The degree of liberty offered in iOS to developers is way smaller than what is offered on Android. For example, you are not allowed to keep a daemon running in background when your app is minimized (to download files for example). If you have something like that to do, you have at most 10 minutes to execute them after the user minimized your app. Similarly, you are not allowed to keep a connection open to a server passively either, unless you are a VOIP app. There are also constraints to access the address book of users, keeping the GPS active, and so on, and so forth.

Most of these constraints stems from Apple's intent to keep the user experience pristine from bad developers experimentations, but that does not mean that these constraints cannot be frustrating and that finding workarounds is easy.

App Layout and Text manipulation

There is nothing similar to the flowing layout of HTML in iOS. If you want for example a UI with a paragraph of text and a button just underneath, you will have to compute the height of the text, and put the button at the right place. This can seem particulary brutal for web developers, and be hard to explain to customers and managers accustomed to the relative plasticity of html and css.

Furthermore, this may not apply to all types of apps, but if you need pixel perfect text manipulation, like I did for checkthis, you are in for lots of troubles. Either you have text editing using UITextview but without too much control on things like line height and stylings used for links, either, you have the full control offered by CoreText but without any editing capacities. You have to program all editing by yourself. I must say that there is hope on this front, with this (paying) component, but I did not test it. If you do not need text edition, but just more control over the layout and styling, you can use TTTAttributedLabel.

For layouting text, lots of people resort to HTML and CSS in UIWebView but this can get a bit unholy and offers challenge on its own due to the asynchronous rendering of webviews. I will not dive too much into the controversy of Native vs Web Apps, but let me just state that most popular apps on the App Store are mainly native.

Closed source

This might be obvious to some, but the fact that you cannot access the sources of the UIKit framework, or other important parts of the iOS platform can turn into a real problem when you hit a hard to understand bug. I lost count of the number of time I read on Twitter something along the lines of : "Apple's component x does not do expected behaviour Y, please give me back the days lost trying to understand." and I have been a victim numerous times too. The platform is not especially buggy, but not having access to the source complexifies debugging when needed.

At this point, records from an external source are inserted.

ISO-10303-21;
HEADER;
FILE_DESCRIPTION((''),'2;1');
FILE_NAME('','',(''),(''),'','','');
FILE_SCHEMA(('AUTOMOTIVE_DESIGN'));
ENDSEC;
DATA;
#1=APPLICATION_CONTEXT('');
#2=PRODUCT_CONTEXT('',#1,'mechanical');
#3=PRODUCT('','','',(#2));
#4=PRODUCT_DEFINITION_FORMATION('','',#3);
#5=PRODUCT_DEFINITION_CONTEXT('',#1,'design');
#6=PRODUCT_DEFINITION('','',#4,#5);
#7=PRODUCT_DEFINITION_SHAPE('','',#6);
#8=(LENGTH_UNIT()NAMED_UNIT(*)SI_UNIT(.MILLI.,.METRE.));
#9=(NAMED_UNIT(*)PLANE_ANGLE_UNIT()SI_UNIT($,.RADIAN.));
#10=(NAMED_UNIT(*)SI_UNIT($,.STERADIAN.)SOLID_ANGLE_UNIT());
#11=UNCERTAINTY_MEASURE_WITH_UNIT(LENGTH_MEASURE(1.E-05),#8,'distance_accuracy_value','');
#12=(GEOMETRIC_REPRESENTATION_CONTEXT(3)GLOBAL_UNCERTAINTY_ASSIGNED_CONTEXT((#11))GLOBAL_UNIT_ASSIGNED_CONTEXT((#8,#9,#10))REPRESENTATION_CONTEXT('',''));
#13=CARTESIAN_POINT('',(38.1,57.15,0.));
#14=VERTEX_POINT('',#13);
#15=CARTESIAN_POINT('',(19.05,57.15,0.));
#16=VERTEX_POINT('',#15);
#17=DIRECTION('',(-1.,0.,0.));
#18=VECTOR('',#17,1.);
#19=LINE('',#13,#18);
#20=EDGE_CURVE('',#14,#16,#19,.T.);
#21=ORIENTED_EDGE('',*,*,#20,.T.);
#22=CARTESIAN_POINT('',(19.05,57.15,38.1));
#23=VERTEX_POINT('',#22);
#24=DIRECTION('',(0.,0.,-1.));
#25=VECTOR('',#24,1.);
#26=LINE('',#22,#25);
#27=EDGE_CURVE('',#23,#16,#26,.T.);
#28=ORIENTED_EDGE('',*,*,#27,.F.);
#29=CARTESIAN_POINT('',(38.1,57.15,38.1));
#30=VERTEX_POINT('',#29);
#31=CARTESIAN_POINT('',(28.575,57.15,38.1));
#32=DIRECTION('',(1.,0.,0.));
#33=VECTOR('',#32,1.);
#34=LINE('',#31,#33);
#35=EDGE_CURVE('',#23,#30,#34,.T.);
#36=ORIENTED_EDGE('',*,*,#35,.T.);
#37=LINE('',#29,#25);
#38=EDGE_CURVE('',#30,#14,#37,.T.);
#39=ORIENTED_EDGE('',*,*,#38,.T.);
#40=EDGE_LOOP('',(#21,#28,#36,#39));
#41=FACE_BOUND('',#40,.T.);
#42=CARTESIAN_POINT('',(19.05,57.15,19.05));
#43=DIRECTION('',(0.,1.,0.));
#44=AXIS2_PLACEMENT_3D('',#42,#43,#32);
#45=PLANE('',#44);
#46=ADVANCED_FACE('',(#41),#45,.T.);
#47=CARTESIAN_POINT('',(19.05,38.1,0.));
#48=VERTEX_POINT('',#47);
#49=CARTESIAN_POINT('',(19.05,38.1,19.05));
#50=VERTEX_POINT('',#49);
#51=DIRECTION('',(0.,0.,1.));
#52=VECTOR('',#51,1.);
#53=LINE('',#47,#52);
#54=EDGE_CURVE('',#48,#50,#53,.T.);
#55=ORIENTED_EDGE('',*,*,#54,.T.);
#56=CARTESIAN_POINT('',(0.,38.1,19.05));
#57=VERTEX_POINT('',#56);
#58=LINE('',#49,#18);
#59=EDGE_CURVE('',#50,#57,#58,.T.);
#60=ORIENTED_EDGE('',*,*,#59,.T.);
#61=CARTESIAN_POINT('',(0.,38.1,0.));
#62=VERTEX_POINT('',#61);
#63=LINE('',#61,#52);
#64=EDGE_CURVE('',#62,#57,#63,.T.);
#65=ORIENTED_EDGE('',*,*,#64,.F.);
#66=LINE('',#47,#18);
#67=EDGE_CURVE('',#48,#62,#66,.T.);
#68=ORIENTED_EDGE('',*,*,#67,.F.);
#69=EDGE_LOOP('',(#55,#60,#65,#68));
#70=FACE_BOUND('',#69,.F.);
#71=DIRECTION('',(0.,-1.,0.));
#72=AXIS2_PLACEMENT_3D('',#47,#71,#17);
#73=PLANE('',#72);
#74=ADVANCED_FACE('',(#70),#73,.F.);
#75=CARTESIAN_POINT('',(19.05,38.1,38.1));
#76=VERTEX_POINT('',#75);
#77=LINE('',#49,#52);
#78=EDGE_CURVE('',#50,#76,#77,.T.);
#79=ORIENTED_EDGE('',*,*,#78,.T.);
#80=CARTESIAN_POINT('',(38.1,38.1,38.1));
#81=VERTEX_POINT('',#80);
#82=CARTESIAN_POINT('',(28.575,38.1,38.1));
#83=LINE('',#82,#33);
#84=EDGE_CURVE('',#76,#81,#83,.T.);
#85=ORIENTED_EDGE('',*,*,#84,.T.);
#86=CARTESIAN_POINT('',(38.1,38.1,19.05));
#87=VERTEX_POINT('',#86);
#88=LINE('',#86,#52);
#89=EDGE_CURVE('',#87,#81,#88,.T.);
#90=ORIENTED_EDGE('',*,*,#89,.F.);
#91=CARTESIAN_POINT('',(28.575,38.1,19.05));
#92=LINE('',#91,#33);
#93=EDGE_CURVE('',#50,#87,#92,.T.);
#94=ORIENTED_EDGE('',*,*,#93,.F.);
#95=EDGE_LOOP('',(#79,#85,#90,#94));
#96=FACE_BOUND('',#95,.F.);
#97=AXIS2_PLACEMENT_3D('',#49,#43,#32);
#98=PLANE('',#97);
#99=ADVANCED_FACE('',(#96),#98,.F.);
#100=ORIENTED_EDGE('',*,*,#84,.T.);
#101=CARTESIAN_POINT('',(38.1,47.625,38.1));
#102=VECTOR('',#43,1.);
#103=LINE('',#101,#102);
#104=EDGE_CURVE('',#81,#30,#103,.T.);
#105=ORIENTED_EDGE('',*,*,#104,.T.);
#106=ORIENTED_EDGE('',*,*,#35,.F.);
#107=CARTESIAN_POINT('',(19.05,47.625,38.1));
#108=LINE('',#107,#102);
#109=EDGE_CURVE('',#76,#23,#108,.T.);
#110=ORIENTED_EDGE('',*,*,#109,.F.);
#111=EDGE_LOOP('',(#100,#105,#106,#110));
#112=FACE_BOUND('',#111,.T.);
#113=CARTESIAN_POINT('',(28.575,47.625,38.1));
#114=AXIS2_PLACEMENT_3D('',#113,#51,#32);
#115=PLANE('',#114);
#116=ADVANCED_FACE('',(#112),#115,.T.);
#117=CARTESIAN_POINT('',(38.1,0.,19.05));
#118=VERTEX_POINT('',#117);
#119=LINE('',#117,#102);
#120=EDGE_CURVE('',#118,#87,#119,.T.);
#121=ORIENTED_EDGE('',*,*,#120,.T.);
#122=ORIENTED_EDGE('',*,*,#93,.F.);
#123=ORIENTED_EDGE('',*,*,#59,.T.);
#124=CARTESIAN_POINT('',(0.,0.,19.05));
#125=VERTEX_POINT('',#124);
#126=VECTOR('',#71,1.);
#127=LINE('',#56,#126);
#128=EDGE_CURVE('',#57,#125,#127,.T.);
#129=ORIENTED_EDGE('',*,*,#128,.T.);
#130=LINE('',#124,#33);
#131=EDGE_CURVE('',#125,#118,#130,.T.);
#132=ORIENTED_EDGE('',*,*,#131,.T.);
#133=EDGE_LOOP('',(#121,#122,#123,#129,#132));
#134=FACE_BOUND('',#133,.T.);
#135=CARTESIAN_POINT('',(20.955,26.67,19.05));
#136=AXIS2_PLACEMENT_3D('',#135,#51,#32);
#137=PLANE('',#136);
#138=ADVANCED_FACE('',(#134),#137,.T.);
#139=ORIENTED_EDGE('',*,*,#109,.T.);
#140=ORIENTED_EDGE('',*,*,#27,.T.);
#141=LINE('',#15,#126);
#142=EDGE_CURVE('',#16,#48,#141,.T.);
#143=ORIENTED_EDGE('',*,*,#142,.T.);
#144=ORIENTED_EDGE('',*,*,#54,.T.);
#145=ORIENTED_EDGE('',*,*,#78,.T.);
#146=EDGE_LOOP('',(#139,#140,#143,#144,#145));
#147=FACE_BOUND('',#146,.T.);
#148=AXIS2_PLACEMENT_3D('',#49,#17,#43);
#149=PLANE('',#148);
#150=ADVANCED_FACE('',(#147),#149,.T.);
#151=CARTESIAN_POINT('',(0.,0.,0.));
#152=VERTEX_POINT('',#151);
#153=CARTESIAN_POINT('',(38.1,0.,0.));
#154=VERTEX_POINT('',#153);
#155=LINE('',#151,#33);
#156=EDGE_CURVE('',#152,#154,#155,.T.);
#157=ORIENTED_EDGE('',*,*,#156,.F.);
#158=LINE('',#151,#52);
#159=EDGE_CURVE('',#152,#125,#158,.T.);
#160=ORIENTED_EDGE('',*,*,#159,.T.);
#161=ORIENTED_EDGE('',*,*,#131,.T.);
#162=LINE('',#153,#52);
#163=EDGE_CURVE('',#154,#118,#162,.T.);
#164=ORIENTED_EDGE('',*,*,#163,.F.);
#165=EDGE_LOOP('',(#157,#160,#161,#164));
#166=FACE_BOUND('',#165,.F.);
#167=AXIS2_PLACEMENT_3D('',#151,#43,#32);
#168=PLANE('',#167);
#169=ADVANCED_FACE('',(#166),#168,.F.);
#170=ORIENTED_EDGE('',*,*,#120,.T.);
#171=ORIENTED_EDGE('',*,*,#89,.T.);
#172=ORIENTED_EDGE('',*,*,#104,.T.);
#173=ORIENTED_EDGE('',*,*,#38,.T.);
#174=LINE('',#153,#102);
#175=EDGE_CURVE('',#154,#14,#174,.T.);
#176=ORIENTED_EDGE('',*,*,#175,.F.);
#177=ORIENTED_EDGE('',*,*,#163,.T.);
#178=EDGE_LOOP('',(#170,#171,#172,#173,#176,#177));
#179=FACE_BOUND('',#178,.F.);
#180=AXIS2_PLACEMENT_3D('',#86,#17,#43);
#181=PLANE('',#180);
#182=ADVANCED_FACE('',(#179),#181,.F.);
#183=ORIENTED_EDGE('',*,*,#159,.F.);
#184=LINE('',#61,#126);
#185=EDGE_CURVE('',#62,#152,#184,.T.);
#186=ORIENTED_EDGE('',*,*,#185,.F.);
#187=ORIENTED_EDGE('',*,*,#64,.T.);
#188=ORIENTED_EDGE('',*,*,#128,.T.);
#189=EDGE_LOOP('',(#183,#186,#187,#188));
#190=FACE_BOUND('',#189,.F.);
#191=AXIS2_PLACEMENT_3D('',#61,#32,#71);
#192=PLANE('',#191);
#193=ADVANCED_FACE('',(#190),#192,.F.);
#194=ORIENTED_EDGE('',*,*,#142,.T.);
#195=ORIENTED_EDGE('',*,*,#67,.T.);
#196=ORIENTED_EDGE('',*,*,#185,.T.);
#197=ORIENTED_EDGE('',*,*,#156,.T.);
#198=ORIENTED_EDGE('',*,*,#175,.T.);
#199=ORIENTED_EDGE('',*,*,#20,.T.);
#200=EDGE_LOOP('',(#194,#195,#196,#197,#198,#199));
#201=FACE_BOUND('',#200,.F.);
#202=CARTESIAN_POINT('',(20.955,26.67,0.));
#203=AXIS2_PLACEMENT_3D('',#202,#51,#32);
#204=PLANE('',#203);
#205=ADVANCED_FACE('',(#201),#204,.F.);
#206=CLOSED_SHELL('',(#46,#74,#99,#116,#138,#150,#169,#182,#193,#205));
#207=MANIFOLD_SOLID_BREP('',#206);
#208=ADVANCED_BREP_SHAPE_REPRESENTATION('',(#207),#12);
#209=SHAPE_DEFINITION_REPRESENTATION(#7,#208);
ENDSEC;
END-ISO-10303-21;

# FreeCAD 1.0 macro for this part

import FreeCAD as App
import Part
import Sketcher
from FreeCAD import Vector
Q = App.Units.Quantity

doc = App.newDocument("Part")
body = doc.addObject("PartDesign::Body", "Body")

# Sketch on XY plane
sketch1 = body.newObject("Sketcher::SketchObject", "Sketch")
sketch1.AttachmentSupport = (doc.getObject("XY_Plane"), [""])
sketch1.MapMode = "FlatFace"
sketch1.addGeometry([
    Part.LineSegment(Vector(19, 38, 0), Vector(0, 38, 0)),  # 0
    Part.LineSegment(Vector(0, 38, 0), Vector(0, 0, 0)),  # 1
    Part.LineSegment(Vector(0, 0, 0), Vector(38, 0, 0)),  # 2
    Part.LineSegment(Vector(38, 0, 0), Vector(38, 57, 0)),  # 3
    Part.LineSegment(Vector(38, 57, 0), Vector(19, 57, 0)),  # 4
    Part.LineSegment(Vector(19, 57, 0), Vector(19, 38, 0)),  # 5
], False)
sketch1.addConstraint([
    Sketcher.Constraint("Coincident", 0, 2, 1, 1),
    Sketcher.Constraint("Coincident", 1, 2, 2, 1),
    Sketcher.Constraint("Coincident", 2, 2, 3, 1),
    Sketcher.Constraint("Coincident", 3, 2, 4, 1),
    Sketcher.Constraint("Coincident", 4, 2, 5, 1),
    Sketcher.Constraint("Coincident", 5, 2, 0, 1),
    Sketcher.Constraint("Horizontal", 0),
    Sketcher.Constraint("Vertical", 1),
    Sketcher.Constraint("Horizontal", 2),
    Sketcher.Constraint("Vertical", 3),
    Sketcher.Constraint("Horizontal", 4),
    Sketcher.Constraint("Vertical", 5),
    Sketcher.Constraint("Coincident", 1, 2, -1, 1),
    Sketcher.Constraint("Equal", 0, 4),
    Sketcher.Constraint("Equal", 2, 1),
    Sketcher.Constraint("Equal", 4, 5),
    Sketcher.Constraint("DistanceX", 2, 1, 2, 2, Q("1.5 in")),
])
pad1 = body.newObject("PartDesign::Pad", "Pad")
pad1.Profile = sketch1
pad1.Length = Q("0.75 in")

# Sketch on XY plane
sketch2 = body.newObject("Sketcher::SketchObject", "Sketch001")
sketch2.AttachmentSupport = (doc.getObject("XY_Plane"), [""])
sketch2.MapMode = "FlatFace"
sketch2.AttachmentOffset = App.Placement(Vector(0, 0, 0.75 * 25.4), App.Rotation())
sketch2.addGeometry([
    Part.LineSegment(Vector(19, 57, 0), Vector(19, 38, 0)),
    Part.LineSegment(Vector(19, 38, 0), Vector(38, 38, 0)),
    Part.LineSegment(Vector(38, 38, 0), Vector(38, 57, 0)),
    Part.LineSegment(Vector(38, 57, 0), Vector(19, 57, 0)),
], False)
sketch2.addConstraint([
    Sketcher.Constraint("Coincident", 0, 2, 1, 1),
    Sketcher.Constraint("Coincident", 1, 2, 2, 1),
    Sketcher.Constraint("Coincident", 2, 2, 3, 1),
    Sketcher.Constraint("Coincident", 3, 2, 0, 1),
    Sketcher.Constraint("Vertical", 0),
    Sketcher.Constraint("Horizontal", 1),
    Sketcher.Constraint("Vertical", 2),
    Sketcher.Constraint("Horizontal", 3),
    Sketcher.Constraint("Equal", 3, 0),
    Sketcher.Constraint("DistanceX", 1, 1, 1, 2, Q("0.75 in")),
    Sketcher.Constraint("DistanceY", -1, 1, 0, 2, Q("1.5 in")),
    Sketcher.Constraint("DistanceX", -1, 1, 1, 2, Q("1.5 in")),
])
pad2 = body.newObject("PartDesign::Pad", "Pad001")
pad2.Profile = sketch2
pad2.Length = Q("0.75 in")

doc.recompute()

As a side note, the quality of iOS open source varies wildly and there are big surprising holes that are not covered, like for example having a good Twitter connection library that would take into account the latest additions of the Social Framework, while fallbacking to classic in-browser-oauth when on iOS4-5 or when the user did not setup his accounts. I am not complaining about anyone's work here, just observing.

Conclusion

In conclusion, iOS is at the same time one of the most rewarding and challenging platform that I had to work with. There are lots of constraints to take into account but happily, I find the tooling extremely good. Instruments and Xcode are first rate tools. They obviously have their own quirks, but compared to Eclipse or Visual Studio, they fare very well.

On the rewarding side, Apple's customers are using tons of apps that they will take wherever they go, and this is the most personnal computing that I know of. Furthermore, there is a lot of demand for competent mobile developers these days and mobile is where the double digit growth is. So, if you are on the fence, I would encourage you to take the plunge into iOS development.